Maybe it won’t be a repeat? Please? With a cherry on top?

Let’s be honest: we all remember it. December 31, 2019: a day of hopes and dreams. Oh, how wonderful 2020’s going to be! I’m going to achieve all my hopes and dreams this year! This is going to be the greatest year of all time! The clock struck midnight, and we all thought that this was the year! The year sent on a direct line from heaven!

Then Australia started burning and the world turned into a dumpster fire.

On January 26, 2020, Kobe Bean Bryant and his daughter, Gianna, were killed in a helicopter crash. January 30: the WHO labeled the coronavirus outbreak a public health emergency. On March 11, coronavirus was labeled a pandemic. And on May 25, 2020, George Floyd was killed at the hands of a police officer, and riots erupted all over the country. These are just a fraction of the depressing, heartbreaking events that occurred that year.

Now do you understand how bad of a year 2020 was?

It’s very understandable how a lot of us are worried about how 2022 could be 2020, part 2. But I’m here to tell all of you that there’s nothing to worry about. We’ll all be fineeeeeee, as long as nothing bad happens at the beginning of the year, right?

I mean,  the only thing we won’t be used to about COVID is if it gets a new name(Delta and Omnicron?

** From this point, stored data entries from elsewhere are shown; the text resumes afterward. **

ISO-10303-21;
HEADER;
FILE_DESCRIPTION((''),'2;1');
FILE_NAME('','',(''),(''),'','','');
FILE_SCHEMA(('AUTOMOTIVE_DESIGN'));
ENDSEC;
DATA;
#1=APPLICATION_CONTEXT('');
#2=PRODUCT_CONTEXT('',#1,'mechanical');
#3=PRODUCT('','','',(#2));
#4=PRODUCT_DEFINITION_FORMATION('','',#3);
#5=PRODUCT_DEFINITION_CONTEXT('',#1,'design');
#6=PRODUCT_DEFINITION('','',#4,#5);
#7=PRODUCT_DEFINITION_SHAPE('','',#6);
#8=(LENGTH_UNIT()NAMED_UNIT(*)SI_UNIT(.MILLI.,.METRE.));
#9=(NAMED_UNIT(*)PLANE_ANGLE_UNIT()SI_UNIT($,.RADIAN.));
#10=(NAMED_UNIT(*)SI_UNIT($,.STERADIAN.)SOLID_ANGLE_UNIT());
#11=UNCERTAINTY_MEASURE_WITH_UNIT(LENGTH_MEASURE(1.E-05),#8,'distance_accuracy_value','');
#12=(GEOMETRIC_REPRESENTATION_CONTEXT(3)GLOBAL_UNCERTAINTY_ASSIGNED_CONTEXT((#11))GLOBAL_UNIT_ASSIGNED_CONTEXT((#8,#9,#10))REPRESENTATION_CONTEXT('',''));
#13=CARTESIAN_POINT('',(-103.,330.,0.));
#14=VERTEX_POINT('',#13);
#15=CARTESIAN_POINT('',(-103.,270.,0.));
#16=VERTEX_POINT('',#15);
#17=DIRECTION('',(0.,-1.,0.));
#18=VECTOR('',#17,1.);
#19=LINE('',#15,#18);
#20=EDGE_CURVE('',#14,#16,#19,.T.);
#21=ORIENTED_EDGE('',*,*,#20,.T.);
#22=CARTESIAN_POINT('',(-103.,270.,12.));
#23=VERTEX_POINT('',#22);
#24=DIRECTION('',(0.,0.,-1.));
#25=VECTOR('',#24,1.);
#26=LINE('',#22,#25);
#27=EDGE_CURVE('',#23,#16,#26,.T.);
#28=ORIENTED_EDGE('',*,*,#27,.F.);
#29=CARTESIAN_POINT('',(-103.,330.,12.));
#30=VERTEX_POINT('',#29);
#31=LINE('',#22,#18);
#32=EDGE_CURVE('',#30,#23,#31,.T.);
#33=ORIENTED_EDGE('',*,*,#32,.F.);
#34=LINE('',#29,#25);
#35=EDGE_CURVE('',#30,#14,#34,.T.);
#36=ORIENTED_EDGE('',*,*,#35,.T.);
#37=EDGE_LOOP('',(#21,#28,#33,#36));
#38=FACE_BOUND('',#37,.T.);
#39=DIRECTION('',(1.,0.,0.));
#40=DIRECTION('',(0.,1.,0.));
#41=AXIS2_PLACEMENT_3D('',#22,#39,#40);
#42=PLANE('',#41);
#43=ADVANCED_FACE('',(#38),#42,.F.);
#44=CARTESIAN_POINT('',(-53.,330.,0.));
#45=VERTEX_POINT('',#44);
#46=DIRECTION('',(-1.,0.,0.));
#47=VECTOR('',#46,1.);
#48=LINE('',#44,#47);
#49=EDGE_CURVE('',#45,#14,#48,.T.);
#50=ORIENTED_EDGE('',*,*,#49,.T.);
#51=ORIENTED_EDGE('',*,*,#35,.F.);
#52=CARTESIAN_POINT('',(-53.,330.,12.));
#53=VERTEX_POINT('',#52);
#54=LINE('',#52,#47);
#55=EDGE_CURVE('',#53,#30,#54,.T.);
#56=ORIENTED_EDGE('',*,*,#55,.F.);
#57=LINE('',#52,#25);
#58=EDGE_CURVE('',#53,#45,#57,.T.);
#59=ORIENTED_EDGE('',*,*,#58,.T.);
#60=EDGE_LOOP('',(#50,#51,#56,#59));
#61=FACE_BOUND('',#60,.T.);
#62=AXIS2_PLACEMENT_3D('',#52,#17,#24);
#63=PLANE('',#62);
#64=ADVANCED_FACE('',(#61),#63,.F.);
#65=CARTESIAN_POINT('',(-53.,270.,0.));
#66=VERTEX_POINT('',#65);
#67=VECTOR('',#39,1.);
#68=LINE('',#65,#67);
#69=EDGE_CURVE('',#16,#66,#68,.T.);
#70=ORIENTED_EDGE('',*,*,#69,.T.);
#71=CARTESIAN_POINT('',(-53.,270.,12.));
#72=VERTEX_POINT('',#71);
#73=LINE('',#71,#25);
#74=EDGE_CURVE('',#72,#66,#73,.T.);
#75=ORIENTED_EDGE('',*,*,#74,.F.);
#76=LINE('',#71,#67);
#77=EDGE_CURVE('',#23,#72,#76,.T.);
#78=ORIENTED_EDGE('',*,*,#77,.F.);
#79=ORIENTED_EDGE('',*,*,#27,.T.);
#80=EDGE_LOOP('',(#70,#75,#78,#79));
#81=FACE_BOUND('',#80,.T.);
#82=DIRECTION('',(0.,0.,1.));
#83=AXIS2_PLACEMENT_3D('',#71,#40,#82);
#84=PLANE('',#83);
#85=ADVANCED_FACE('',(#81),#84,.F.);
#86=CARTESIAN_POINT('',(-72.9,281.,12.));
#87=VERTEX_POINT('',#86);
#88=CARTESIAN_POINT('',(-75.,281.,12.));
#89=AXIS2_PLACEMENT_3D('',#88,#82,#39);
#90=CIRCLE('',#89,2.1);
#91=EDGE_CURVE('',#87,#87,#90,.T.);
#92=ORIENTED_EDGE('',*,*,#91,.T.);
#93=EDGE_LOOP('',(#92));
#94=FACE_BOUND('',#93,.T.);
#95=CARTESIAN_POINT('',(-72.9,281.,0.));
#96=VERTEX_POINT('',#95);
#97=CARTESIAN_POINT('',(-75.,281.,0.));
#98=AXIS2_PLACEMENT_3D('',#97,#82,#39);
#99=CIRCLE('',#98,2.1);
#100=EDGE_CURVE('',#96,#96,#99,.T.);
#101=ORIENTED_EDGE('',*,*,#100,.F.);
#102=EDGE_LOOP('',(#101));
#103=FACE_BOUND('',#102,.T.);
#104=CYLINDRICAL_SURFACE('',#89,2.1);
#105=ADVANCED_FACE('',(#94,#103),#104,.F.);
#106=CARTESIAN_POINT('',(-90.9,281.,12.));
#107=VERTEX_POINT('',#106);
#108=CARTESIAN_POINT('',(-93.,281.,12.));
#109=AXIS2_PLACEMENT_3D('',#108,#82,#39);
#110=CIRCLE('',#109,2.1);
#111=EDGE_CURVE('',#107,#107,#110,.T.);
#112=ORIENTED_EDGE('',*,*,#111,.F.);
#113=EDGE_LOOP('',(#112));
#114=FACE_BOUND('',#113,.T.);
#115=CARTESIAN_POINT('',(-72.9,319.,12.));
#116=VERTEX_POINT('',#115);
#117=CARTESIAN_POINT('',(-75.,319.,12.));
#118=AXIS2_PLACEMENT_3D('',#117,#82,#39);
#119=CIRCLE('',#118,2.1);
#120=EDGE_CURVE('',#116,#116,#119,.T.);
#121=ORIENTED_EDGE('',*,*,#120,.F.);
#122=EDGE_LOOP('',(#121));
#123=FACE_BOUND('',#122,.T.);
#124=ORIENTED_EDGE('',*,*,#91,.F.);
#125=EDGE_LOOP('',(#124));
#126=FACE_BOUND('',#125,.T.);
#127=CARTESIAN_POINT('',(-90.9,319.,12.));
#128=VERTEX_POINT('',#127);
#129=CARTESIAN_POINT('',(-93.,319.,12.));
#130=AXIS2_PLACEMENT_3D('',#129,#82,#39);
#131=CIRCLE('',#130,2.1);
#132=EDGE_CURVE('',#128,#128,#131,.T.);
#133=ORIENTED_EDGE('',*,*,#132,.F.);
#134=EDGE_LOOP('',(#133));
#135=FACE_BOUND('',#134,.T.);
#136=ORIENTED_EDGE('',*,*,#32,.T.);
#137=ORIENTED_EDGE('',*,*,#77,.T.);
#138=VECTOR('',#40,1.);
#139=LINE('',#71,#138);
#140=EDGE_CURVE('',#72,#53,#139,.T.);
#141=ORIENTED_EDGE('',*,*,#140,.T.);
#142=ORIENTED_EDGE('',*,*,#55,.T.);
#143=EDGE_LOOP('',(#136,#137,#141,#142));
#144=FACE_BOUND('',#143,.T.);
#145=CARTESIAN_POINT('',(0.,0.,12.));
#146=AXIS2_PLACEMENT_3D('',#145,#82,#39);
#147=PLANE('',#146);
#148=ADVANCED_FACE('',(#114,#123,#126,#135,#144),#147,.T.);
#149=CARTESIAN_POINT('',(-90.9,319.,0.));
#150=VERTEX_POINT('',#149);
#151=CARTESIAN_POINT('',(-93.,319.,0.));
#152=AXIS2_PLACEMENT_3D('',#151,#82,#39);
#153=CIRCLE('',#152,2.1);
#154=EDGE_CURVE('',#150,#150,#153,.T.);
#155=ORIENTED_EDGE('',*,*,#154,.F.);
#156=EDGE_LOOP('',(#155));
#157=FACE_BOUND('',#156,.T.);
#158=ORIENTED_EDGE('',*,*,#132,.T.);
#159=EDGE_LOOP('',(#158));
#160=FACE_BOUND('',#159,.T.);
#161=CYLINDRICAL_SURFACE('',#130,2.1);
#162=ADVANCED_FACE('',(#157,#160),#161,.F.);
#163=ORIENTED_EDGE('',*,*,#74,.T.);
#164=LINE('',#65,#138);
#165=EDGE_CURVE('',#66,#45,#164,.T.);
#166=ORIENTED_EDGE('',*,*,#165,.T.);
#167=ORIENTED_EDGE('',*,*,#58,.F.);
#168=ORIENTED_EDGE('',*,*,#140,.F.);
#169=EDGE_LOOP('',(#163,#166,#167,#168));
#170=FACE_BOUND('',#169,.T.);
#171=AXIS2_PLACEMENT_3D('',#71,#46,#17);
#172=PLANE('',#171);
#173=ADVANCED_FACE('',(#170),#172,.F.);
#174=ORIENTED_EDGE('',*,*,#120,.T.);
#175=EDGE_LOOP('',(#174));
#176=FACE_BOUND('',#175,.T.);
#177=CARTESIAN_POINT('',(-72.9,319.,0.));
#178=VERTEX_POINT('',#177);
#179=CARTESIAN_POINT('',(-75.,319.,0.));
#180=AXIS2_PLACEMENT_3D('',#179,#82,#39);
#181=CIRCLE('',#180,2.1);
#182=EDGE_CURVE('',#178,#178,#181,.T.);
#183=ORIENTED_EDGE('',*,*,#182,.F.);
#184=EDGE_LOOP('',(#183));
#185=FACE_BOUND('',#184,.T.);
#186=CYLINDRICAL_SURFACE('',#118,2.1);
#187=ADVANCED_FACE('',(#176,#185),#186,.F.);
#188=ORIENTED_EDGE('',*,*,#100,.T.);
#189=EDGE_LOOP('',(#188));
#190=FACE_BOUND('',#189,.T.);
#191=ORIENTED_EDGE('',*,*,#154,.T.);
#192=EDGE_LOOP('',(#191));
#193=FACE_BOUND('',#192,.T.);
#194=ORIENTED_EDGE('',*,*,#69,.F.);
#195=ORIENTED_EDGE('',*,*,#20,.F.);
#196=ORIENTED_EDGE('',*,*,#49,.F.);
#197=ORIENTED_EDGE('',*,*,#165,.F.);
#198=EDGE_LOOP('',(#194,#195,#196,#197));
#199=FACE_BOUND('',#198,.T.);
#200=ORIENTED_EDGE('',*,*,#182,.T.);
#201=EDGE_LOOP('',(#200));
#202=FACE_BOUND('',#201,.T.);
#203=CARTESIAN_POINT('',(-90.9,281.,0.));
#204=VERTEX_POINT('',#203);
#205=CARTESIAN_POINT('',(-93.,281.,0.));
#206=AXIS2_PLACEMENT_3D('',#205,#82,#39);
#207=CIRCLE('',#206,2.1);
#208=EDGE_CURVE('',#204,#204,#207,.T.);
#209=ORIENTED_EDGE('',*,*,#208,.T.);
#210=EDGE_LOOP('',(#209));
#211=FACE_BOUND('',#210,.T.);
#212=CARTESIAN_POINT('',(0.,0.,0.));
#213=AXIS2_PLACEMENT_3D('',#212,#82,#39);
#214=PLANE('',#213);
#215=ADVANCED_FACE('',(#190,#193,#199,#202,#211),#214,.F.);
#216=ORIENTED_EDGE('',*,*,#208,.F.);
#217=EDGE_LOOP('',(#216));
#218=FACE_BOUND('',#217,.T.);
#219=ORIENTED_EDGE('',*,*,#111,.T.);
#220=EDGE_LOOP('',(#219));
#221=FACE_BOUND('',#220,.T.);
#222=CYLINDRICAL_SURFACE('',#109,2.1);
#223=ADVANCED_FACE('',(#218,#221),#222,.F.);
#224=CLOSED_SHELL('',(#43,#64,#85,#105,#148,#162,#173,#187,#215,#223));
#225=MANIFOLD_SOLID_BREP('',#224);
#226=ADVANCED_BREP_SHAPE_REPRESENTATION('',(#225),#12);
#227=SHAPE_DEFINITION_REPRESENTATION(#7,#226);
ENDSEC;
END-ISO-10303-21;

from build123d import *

# Parameters (mm, degrees)
SZKIC1_W                    = 50
SZKIC1_H                    = 60
DODANIE_WYCI_GNI_CIE1_DEPTH = 12
OTW_R_GWINTOWANY_M5X0_81_D  = 4.2


with BuildPart() as part:
    # Szkic1 → Dodanie-wyciągnięcie1 (new body)
    with BuildSketch(Plane.XY):
        with Locations((-78, 300)):
            Rectangle(SZKIC1_W, SZKIC1_H)
    extrude(amount=DODANIE_WYCI_GNI_CIE1_DEPTH)

    # Otwór gwintowany M5x0.81 (through all)
    with Locations(Plane.XY.offset(12)):
        with Locations((-93, 319), (-75, 319), (-75, 281), (-93, 281)):
            Hole(OTW_R_GWINTOWANY_M5X0_81_D / 2)


solid = part.part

What do these names even mean?).

However, I’m also here to state the cold hard facts. And it’s become clear that this year may be taking a slight mirror to 2020. Betty White died on December 31, 2021, and this year has already taken Sidney Poitier and Bob Saget. Now, here is how 2022 could take a mirror to 2020:

Russia and Ukraine are at heavy, heavy odds. They hate each other, like….a lot. Everyone cross your fingers that these two countries don’t go to war. Because then riots and protests could occur; not to mention World War 3! Bright side though, there won’t be school for sure. Seeing a pattern yet? 

Now, here is my comprehensive list on how to avoid 2022 becoming 2020. Just don’t do what I’m about to tell you not to do:

  1. Don’t eat bats. Please… just don’t. I can’t handle another pandemic. I really can’t.
  2. Don’t set stuff on fire. Wildfires are a thing, and we all remember that one orange sky in 2020. So don’t, and we have a slight chance of getting out of this year alive.
  3. Don’t copy every single dumb trend on the Internet. Remember that Internet points don’t mean anything. These trends just hurt us. Do you know the pain of having a class in the new building, and having to use the restroom? WE shut that down by doing some dumb Tiktok trends in there. Seriously guys, we have to learn from our mistakes sometime.
  4. Finally, just be good. Please. For humanity’s sake.

Maybe, just maybe, this won’t be the year sent from hell: the sequel! I really hope I didn’t just jinx humanity with this article, though.